**EXERCISE BRIEF:** Once you find the line containing "mode=Mode.PRIVATE) & part.part" in the data below, copy it and each following line exactly, up to and including the line containing "FreeCAD Python script", and nothing else.
[Opening PROVIDED DATA section]
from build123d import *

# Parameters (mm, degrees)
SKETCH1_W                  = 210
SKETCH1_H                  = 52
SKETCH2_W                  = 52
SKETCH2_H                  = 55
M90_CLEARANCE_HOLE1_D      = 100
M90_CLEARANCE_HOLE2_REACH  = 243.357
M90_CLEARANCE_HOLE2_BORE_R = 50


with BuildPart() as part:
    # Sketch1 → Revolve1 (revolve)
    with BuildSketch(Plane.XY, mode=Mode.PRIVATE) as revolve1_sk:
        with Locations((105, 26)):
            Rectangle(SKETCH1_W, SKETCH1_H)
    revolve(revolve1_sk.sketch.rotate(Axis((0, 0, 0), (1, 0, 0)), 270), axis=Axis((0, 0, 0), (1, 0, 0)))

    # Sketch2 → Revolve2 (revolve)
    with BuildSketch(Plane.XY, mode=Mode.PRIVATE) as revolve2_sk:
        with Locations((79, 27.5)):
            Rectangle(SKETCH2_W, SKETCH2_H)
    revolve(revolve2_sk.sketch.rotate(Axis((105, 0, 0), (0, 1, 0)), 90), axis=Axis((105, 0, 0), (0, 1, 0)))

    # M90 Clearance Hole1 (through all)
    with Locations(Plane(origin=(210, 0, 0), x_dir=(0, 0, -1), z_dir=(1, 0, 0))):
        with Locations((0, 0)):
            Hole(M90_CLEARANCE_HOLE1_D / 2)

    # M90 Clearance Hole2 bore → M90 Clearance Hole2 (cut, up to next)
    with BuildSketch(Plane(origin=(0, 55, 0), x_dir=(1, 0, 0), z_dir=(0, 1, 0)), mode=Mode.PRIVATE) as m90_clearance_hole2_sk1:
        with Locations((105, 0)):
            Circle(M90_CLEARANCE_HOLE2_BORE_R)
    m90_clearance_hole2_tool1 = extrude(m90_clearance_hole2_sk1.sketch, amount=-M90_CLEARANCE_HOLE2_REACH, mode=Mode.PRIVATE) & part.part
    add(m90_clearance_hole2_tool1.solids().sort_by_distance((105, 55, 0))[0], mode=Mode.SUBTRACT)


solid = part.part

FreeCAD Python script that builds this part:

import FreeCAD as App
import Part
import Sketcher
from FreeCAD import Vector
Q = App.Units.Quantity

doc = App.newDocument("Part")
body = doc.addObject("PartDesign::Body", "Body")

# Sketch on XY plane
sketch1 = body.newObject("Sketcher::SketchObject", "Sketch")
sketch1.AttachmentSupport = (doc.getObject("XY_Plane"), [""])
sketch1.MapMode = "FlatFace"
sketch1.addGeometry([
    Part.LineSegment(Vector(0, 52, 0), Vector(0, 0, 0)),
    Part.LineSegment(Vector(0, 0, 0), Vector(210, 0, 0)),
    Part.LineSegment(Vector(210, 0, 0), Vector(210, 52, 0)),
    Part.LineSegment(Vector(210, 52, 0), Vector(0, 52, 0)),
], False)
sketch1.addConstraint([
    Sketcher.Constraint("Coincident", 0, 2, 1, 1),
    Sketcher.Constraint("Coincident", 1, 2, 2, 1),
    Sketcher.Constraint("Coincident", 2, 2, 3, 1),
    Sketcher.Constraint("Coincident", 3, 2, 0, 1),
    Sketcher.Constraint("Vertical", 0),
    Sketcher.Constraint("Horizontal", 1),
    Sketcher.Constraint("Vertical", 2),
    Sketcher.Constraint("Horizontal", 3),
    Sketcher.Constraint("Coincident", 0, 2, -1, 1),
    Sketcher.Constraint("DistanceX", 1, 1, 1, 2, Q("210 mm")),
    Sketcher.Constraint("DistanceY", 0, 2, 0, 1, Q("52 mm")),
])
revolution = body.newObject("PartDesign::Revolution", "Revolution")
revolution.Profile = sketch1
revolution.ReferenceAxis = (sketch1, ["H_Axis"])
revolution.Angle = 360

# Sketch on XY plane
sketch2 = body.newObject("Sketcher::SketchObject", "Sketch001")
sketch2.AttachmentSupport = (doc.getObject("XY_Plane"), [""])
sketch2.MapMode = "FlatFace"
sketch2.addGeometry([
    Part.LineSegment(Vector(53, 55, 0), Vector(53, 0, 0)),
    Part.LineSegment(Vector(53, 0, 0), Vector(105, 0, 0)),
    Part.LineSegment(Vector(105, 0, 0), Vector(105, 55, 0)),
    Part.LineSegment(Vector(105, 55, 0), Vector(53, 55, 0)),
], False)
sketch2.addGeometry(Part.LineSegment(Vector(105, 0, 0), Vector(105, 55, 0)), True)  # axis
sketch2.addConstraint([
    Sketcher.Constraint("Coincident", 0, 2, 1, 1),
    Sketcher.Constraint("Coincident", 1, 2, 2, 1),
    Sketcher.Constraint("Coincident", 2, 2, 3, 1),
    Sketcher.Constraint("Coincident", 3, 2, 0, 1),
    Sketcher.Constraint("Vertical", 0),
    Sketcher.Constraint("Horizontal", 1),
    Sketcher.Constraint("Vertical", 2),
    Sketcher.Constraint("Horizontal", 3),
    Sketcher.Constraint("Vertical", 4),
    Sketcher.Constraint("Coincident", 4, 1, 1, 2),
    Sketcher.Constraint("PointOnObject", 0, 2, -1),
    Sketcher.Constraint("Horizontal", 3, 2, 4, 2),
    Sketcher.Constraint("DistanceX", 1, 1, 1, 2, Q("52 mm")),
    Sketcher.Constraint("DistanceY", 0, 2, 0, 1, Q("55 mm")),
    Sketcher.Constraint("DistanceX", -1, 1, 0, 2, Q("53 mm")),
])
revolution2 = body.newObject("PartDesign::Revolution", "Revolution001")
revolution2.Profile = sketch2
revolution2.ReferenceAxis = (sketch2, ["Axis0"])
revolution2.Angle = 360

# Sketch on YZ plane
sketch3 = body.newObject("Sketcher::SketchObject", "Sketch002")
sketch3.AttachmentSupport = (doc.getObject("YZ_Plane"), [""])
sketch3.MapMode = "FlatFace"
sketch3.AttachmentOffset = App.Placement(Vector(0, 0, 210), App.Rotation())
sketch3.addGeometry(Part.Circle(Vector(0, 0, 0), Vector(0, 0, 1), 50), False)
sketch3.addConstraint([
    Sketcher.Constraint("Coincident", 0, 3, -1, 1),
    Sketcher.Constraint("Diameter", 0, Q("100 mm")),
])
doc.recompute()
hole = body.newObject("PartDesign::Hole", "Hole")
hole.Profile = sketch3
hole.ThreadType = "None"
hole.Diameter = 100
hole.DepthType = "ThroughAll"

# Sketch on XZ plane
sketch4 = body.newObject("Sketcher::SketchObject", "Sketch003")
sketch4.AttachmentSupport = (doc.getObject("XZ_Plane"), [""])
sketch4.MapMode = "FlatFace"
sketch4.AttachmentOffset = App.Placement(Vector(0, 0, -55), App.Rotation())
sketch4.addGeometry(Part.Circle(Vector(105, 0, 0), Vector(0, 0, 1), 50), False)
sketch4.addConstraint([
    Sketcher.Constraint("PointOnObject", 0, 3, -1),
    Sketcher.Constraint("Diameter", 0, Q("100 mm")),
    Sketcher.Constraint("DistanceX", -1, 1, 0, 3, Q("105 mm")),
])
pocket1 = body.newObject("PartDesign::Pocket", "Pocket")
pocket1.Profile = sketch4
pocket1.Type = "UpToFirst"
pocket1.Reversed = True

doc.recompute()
[Closing PROVIDED DATA section]
**ANSWER SPACE:**
    m90_clearance_hole2_tool1 = extrude(m90_clearance_hole2_sk1.sketch, amount=-M90_CLEARANCE_HOLE2_REACH, mode=Mode.PRIVATE) & part.part
    add(m90_clearance_hole2_tool1.solids().sort_by_distance((105, 55, 0))[0], mode=Mode.SUBTRACT)


solid = part.part

FreeCAD Python script that builds this part:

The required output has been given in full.